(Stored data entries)
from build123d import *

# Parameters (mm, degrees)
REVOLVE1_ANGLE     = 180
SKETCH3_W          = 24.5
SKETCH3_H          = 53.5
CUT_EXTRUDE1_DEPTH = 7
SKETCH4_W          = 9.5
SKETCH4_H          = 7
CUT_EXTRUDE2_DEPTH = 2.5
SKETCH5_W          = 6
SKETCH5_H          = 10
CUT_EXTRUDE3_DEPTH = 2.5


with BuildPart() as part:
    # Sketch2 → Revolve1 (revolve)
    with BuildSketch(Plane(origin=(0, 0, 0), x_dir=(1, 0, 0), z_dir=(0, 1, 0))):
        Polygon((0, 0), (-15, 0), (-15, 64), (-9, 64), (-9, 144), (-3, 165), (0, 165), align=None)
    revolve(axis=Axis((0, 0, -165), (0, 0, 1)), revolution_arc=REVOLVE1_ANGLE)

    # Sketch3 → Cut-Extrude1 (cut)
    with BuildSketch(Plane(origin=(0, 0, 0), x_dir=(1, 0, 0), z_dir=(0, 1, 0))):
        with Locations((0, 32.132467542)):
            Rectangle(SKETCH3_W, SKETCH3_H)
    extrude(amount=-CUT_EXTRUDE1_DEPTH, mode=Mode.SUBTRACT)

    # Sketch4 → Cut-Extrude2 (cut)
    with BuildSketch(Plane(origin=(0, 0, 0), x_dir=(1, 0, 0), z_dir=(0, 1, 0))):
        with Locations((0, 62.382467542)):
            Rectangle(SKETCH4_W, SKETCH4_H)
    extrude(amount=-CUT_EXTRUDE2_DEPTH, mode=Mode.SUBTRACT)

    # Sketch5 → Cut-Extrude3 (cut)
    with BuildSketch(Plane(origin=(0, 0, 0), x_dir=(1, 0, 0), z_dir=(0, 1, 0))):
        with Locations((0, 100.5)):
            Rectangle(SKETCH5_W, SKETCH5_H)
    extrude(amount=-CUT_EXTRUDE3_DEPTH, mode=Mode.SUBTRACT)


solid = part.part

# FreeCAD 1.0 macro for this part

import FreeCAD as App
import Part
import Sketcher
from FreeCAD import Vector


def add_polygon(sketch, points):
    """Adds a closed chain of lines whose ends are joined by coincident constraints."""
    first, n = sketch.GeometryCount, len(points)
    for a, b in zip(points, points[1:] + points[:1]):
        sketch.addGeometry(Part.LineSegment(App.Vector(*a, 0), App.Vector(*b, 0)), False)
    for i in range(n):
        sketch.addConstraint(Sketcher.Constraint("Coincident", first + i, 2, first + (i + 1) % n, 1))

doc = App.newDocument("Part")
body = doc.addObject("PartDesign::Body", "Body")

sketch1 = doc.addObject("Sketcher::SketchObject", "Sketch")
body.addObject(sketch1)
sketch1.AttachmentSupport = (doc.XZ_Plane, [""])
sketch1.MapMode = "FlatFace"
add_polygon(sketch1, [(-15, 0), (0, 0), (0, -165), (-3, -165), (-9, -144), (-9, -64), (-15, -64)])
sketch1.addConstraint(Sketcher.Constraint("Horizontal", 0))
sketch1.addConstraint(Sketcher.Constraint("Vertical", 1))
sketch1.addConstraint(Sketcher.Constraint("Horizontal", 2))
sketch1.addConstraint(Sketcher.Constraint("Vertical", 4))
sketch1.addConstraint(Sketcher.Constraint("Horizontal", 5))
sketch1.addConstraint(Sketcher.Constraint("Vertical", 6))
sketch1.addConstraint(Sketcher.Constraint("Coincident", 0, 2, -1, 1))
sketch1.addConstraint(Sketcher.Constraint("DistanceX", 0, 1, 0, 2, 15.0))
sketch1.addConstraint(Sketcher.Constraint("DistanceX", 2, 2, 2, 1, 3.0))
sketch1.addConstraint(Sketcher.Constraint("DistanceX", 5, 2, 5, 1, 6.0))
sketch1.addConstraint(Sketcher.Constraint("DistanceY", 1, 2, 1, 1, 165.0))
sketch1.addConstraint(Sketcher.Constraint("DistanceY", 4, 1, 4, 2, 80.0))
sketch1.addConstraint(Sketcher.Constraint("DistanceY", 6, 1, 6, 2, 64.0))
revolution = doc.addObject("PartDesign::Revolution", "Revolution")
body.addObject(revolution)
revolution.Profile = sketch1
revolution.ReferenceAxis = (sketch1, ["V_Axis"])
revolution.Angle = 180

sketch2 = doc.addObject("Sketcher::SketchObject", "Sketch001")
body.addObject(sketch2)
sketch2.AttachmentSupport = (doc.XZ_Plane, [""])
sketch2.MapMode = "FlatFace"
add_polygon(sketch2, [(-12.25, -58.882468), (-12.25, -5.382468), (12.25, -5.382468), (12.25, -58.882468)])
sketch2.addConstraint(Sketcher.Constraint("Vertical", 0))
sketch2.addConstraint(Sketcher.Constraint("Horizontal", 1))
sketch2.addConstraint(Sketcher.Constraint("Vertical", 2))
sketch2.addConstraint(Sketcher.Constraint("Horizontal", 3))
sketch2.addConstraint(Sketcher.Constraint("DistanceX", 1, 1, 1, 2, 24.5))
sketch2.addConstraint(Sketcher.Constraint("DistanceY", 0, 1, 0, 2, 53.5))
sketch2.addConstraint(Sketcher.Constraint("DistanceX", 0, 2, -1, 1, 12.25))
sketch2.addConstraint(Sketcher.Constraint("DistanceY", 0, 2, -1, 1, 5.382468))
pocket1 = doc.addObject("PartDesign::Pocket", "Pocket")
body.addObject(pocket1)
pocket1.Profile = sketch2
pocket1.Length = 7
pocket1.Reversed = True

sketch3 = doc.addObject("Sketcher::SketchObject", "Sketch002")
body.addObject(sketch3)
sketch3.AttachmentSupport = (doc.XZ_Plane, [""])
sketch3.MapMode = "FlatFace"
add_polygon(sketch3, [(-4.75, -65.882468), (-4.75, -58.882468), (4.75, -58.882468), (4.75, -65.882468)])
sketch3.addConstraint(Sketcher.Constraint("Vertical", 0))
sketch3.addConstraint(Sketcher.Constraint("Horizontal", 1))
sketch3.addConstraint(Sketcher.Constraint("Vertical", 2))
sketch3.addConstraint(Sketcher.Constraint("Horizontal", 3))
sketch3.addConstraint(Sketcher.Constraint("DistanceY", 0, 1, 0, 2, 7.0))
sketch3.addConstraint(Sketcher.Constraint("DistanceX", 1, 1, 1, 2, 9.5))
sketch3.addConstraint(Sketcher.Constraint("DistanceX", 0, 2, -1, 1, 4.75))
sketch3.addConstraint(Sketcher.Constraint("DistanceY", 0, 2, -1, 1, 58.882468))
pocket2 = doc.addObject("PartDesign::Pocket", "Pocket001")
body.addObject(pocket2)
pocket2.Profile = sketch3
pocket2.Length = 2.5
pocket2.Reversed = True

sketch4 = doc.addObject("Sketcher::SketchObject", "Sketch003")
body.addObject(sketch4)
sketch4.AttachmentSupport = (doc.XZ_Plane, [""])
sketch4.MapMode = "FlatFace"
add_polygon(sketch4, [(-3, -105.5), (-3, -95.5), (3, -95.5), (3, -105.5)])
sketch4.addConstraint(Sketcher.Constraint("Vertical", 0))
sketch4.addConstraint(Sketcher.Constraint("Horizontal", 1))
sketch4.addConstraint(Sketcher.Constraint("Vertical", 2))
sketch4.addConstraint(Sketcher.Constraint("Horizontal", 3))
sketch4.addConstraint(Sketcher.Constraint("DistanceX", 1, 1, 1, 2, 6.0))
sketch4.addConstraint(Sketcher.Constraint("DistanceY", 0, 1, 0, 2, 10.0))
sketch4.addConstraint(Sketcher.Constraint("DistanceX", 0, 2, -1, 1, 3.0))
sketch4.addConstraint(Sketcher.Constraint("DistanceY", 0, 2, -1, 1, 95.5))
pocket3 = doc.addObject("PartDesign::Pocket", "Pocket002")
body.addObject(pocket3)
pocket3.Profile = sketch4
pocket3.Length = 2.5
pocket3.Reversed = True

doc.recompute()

---

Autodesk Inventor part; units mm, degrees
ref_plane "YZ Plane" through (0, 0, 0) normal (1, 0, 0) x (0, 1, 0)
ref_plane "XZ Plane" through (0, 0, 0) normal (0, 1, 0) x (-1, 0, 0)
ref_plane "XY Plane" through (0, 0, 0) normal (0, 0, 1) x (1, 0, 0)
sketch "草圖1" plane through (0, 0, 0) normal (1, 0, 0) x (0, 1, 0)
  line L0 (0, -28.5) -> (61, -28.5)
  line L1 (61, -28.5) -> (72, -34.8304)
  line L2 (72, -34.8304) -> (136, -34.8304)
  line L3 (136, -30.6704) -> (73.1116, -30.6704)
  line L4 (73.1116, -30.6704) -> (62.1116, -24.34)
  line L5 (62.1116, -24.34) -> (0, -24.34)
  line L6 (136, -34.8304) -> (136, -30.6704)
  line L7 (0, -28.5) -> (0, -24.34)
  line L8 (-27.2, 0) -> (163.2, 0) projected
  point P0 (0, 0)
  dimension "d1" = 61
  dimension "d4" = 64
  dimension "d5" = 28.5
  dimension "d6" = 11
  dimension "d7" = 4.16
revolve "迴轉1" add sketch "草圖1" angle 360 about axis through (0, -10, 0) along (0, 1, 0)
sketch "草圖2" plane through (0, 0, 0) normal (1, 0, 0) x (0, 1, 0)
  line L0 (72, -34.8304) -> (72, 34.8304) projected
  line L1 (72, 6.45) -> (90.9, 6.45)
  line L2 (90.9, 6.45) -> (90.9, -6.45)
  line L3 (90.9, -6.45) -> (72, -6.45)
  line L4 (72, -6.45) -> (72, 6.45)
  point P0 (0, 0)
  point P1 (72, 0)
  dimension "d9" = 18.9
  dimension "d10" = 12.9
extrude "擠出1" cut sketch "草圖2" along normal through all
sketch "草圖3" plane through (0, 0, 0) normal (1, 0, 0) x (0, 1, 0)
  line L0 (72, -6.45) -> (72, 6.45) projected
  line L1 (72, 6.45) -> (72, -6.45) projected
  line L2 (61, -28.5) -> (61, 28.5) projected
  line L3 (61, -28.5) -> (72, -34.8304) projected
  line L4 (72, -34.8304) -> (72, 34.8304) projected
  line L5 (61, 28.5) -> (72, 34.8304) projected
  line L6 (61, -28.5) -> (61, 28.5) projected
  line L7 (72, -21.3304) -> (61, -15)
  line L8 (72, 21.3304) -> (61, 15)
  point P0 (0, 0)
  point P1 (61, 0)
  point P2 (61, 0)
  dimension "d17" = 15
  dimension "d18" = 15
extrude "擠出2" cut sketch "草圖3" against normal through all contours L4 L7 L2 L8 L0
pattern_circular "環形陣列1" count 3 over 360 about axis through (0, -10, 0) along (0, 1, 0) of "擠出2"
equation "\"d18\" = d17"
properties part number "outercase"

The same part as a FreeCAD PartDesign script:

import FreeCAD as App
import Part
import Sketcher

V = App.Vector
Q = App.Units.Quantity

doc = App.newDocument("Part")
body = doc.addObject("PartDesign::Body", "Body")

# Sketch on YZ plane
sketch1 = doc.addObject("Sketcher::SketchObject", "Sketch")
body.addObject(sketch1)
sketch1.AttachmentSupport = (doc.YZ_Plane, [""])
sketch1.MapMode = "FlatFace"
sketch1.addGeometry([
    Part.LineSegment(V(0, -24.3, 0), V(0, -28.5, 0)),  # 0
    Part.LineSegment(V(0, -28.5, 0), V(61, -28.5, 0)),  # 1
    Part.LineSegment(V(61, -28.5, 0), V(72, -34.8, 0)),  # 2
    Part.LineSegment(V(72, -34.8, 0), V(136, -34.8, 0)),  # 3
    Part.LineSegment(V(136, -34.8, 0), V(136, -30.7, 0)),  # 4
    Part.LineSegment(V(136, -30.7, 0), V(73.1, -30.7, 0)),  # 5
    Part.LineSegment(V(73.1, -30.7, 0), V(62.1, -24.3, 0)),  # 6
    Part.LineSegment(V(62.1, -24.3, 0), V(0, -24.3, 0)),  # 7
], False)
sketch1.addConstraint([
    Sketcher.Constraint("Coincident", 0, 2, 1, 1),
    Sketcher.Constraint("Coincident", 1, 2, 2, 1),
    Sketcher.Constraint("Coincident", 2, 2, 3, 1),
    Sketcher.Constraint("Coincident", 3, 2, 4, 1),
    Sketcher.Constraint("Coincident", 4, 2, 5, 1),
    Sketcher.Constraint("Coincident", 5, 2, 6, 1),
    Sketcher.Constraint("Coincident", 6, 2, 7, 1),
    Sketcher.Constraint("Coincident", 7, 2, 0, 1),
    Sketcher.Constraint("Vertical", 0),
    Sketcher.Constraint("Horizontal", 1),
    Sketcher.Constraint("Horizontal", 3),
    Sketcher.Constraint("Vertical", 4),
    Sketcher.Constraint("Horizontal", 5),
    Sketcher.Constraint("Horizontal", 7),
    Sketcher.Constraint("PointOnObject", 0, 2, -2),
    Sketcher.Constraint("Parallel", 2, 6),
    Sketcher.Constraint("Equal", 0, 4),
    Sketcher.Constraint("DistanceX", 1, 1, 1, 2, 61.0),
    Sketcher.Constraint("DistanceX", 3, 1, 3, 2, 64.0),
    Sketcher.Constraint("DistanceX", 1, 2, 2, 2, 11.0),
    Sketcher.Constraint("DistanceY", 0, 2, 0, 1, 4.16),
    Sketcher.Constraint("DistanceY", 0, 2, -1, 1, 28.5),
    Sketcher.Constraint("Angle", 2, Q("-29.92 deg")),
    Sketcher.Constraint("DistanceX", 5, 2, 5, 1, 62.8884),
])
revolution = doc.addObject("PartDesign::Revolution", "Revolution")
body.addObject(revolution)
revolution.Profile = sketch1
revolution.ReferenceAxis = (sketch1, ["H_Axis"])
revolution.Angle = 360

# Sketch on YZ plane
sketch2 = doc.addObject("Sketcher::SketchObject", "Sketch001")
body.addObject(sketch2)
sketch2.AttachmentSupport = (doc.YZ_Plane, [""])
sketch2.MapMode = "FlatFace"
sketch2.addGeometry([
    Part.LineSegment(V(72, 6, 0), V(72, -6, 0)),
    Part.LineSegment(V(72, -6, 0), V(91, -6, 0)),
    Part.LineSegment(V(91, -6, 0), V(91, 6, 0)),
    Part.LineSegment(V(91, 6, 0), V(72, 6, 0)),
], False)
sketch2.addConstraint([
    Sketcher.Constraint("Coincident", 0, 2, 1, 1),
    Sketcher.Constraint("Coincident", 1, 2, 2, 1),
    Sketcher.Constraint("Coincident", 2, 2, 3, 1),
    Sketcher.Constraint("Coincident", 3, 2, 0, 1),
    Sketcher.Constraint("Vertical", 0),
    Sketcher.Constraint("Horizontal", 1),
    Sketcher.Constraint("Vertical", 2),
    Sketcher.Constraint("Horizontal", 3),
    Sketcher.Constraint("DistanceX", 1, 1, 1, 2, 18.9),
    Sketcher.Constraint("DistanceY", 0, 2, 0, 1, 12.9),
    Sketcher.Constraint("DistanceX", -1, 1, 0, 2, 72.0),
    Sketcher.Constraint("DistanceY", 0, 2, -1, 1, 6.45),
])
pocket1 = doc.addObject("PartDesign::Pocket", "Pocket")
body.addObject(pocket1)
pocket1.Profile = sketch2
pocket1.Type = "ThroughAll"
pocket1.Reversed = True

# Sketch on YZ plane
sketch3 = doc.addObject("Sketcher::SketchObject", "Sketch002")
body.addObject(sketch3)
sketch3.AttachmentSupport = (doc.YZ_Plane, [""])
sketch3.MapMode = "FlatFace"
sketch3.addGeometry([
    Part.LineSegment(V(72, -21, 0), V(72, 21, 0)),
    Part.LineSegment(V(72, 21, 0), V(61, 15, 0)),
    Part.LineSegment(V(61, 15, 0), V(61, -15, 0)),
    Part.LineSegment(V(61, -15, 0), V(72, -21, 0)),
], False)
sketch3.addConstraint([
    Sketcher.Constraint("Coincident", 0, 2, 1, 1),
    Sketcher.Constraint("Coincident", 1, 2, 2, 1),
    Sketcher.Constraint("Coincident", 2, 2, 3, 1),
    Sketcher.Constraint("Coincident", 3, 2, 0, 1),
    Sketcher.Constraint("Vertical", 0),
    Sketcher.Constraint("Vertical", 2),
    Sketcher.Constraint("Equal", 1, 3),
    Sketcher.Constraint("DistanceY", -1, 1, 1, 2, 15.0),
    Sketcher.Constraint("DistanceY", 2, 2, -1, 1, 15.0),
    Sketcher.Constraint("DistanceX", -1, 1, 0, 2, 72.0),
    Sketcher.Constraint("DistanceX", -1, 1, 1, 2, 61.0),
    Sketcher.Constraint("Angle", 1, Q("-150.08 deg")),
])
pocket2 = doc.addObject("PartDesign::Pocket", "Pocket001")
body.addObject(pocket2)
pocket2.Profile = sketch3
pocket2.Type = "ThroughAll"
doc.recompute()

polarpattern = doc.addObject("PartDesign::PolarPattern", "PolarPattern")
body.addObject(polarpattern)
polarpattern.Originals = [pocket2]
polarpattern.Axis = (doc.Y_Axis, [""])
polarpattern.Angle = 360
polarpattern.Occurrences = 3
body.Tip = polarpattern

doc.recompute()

---

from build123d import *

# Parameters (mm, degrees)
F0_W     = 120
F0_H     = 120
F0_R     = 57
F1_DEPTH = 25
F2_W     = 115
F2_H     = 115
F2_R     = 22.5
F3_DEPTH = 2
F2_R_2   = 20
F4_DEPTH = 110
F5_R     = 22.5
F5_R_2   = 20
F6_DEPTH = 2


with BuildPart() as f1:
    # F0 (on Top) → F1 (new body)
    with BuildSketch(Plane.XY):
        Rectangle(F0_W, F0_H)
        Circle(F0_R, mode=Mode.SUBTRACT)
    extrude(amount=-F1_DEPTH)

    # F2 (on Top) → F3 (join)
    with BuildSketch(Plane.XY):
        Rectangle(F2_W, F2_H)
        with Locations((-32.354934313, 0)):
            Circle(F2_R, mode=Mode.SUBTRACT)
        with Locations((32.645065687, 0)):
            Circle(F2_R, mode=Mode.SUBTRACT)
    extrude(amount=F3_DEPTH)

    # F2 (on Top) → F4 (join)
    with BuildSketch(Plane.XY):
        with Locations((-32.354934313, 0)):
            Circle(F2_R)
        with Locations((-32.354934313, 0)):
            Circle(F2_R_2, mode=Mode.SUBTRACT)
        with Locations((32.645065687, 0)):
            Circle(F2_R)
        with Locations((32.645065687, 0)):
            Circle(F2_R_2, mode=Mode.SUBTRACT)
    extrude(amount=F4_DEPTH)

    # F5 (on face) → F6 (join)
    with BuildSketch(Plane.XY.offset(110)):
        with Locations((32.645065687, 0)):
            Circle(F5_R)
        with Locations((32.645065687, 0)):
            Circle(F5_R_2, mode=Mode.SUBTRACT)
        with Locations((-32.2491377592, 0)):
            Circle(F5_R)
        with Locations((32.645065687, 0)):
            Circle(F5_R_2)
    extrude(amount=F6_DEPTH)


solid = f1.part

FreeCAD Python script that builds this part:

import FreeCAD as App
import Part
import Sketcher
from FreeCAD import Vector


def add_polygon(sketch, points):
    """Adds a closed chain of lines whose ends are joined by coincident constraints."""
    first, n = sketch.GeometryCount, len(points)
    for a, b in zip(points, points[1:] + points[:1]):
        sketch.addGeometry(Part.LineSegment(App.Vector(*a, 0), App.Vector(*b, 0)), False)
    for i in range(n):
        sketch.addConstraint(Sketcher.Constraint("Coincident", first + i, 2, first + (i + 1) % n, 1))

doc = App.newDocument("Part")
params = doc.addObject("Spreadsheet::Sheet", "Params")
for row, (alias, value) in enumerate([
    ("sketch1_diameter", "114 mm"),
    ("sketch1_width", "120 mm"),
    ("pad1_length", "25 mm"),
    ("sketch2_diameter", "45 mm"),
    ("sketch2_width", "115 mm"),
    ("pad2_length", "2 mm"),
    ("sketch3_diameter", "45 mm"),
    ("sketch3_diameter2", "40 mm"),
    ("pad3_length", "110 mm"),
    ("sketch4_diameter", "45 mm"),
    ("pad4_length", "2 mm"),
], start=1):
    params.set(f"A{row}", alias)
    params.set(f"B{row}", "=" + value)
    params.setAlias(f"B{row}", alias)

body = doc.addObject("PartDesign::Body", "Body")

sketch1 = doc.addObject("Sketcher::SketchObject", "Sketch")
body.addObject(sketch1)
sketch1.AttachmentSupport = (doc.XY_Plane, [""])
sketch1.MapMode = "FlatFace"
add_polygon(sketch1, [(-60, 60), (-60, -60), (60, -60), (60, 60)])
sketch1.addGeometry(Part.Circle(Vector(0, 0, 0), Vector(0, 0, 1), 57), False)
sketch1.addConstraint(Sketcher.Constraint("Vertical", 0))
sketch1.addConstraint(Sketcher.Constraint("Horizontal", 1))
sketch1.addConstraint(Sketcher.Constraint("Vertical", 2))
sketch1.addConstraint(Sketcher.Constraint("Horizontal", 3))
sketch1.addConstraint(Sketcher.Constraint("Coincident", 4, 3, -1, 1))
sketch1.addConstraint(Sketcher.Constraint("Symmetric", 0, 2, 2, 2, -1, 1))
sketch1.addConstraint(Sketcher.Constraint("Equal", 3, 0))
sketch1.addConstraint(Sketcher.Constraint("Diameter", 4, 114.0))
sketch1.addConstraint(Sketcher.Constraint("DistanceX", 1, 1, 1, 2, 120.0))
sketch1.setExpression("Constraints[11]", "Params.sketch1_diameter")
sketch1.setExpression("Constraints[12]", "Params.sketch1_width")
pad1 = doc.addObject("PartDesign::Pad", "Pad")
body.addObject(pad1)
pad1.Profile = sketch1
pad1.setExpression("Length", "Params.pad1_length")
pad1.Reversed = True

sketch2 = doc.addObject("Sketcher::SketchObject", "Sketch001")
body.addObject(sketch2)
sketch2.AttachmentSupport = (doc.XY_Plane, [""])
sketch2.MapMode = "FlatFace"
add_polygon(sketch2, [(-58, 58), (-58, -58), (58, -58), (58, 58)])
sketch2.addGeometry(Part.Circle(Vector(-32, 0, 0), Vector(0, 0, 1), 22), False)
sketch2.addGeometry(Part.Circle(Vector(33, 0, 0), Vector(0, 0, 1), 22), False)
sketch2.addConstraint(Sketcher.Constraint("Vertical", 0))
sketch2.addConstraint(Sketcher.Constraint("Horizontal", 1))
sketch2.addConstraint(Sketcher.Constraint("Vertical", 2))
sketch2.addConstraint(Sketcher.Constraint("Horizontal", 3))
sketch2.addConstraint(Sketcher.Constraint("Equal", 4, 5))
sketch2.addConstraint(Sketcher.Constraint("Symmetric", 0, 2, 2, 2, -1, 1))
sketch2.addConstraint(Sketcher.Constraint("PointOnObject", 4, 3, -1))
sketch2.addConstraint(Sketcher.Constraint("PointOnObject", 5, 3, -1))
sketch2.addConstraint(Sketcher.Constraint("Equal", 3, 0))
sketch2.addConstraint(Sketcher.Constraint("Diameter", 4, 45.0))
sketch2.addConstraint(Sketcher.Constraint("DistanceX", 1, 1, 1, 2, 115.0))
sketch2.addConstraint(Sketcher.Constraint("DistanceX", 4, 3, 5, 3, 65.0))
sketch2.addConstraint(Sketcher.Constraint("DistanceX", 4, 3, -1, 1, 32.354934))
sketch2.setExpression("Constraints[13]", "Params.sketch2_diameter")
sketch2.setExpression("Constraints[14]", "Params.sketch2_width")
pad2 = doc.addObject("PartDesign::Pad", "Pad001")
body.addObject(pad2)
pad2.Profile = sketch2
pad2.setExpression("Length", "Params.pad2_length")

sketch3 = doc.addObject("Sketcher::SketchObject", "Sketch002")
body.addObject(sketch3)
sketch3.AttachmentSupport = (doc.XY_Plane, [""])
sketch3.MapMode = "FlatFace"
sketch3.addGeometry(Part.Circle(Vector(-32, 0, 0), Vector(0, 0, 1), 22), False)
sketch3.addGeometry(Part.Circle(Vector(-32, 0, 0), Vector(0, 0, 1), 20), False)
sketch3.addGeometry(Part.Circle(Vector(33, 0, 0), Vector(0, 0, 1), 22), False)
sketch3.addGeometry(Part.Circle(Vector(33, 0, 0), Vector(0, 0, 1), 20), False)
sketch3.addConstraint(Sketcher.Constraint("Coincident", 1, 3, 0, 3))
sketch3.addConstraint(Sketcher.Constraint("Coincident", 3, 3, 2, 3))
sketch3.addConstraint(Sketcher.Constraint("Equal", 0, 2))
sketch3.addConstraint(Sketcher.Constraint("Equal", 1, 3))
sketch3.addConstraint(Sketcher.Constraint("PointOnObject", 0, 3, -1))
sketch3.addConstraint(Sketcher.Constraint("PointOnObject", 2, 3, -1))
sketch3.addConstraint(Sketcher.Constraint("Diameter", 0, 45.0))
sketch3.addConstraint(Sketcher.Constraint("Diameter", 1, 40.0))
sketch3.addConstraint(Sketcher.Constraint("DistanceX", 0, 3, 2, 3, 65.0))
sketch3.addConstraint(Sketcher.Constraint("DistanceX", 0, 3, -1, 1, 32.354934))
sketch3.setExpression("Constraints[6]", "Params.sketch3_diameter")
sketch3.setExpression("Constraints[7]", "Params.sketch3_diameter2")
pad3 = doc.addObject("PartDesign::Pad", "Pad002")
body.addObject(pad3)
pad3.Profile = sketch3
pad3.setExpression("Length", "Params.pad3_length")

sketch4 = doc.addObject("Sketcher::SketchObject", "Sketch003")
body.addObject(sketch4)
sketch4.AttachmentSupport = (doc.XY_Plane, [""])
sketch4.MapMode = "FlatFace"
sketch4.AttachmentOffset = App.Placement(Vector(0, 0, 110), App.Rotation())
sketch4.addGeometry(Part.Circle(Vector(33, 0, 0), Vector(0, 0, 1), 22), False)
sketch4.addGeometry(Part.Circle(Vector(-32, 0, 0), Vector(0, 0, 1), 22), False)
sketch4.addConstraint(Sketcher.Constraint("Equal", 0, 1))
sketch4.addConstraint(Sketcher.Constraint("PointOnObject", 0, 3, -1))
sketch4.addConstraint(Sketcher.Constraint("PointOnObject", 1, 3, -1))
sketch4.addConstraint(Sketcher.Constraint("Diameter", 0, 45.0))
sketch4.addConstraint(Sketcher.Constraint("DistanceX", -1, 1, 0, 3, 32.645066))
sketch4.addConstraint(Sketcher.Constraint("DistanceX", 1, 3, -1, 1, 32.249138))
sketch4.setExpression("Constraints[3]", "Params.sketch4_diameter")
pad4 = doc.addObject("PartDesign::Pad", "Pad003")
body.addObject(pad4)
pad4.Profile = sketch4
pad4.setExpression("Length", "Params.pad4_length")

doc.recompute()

Exercise prompt: Taking the lines above, repeat exactly those from the line that contains "# Sketch5 → Cut-Extrude3 (cut)" through the line that contains "solid = part.part", and both of those lines as well. Include nothing else.

Completed exercise:
    # Sketch5 → Cut-Extrude3 (cut)
    with BuildSketch(Plane(origin=(0, 0, 0), x_dir=(1, 0, 0), z_dir=(0, 1, 0))):
        with Locations((0, 100.5)):
            Rectangle(SKETCH5_W, SKETCH5_H)
    extrude(amount=-CUT_EXTRUDE3_DEPTH, mode=Mode.SUBTRACT)


solid = part.part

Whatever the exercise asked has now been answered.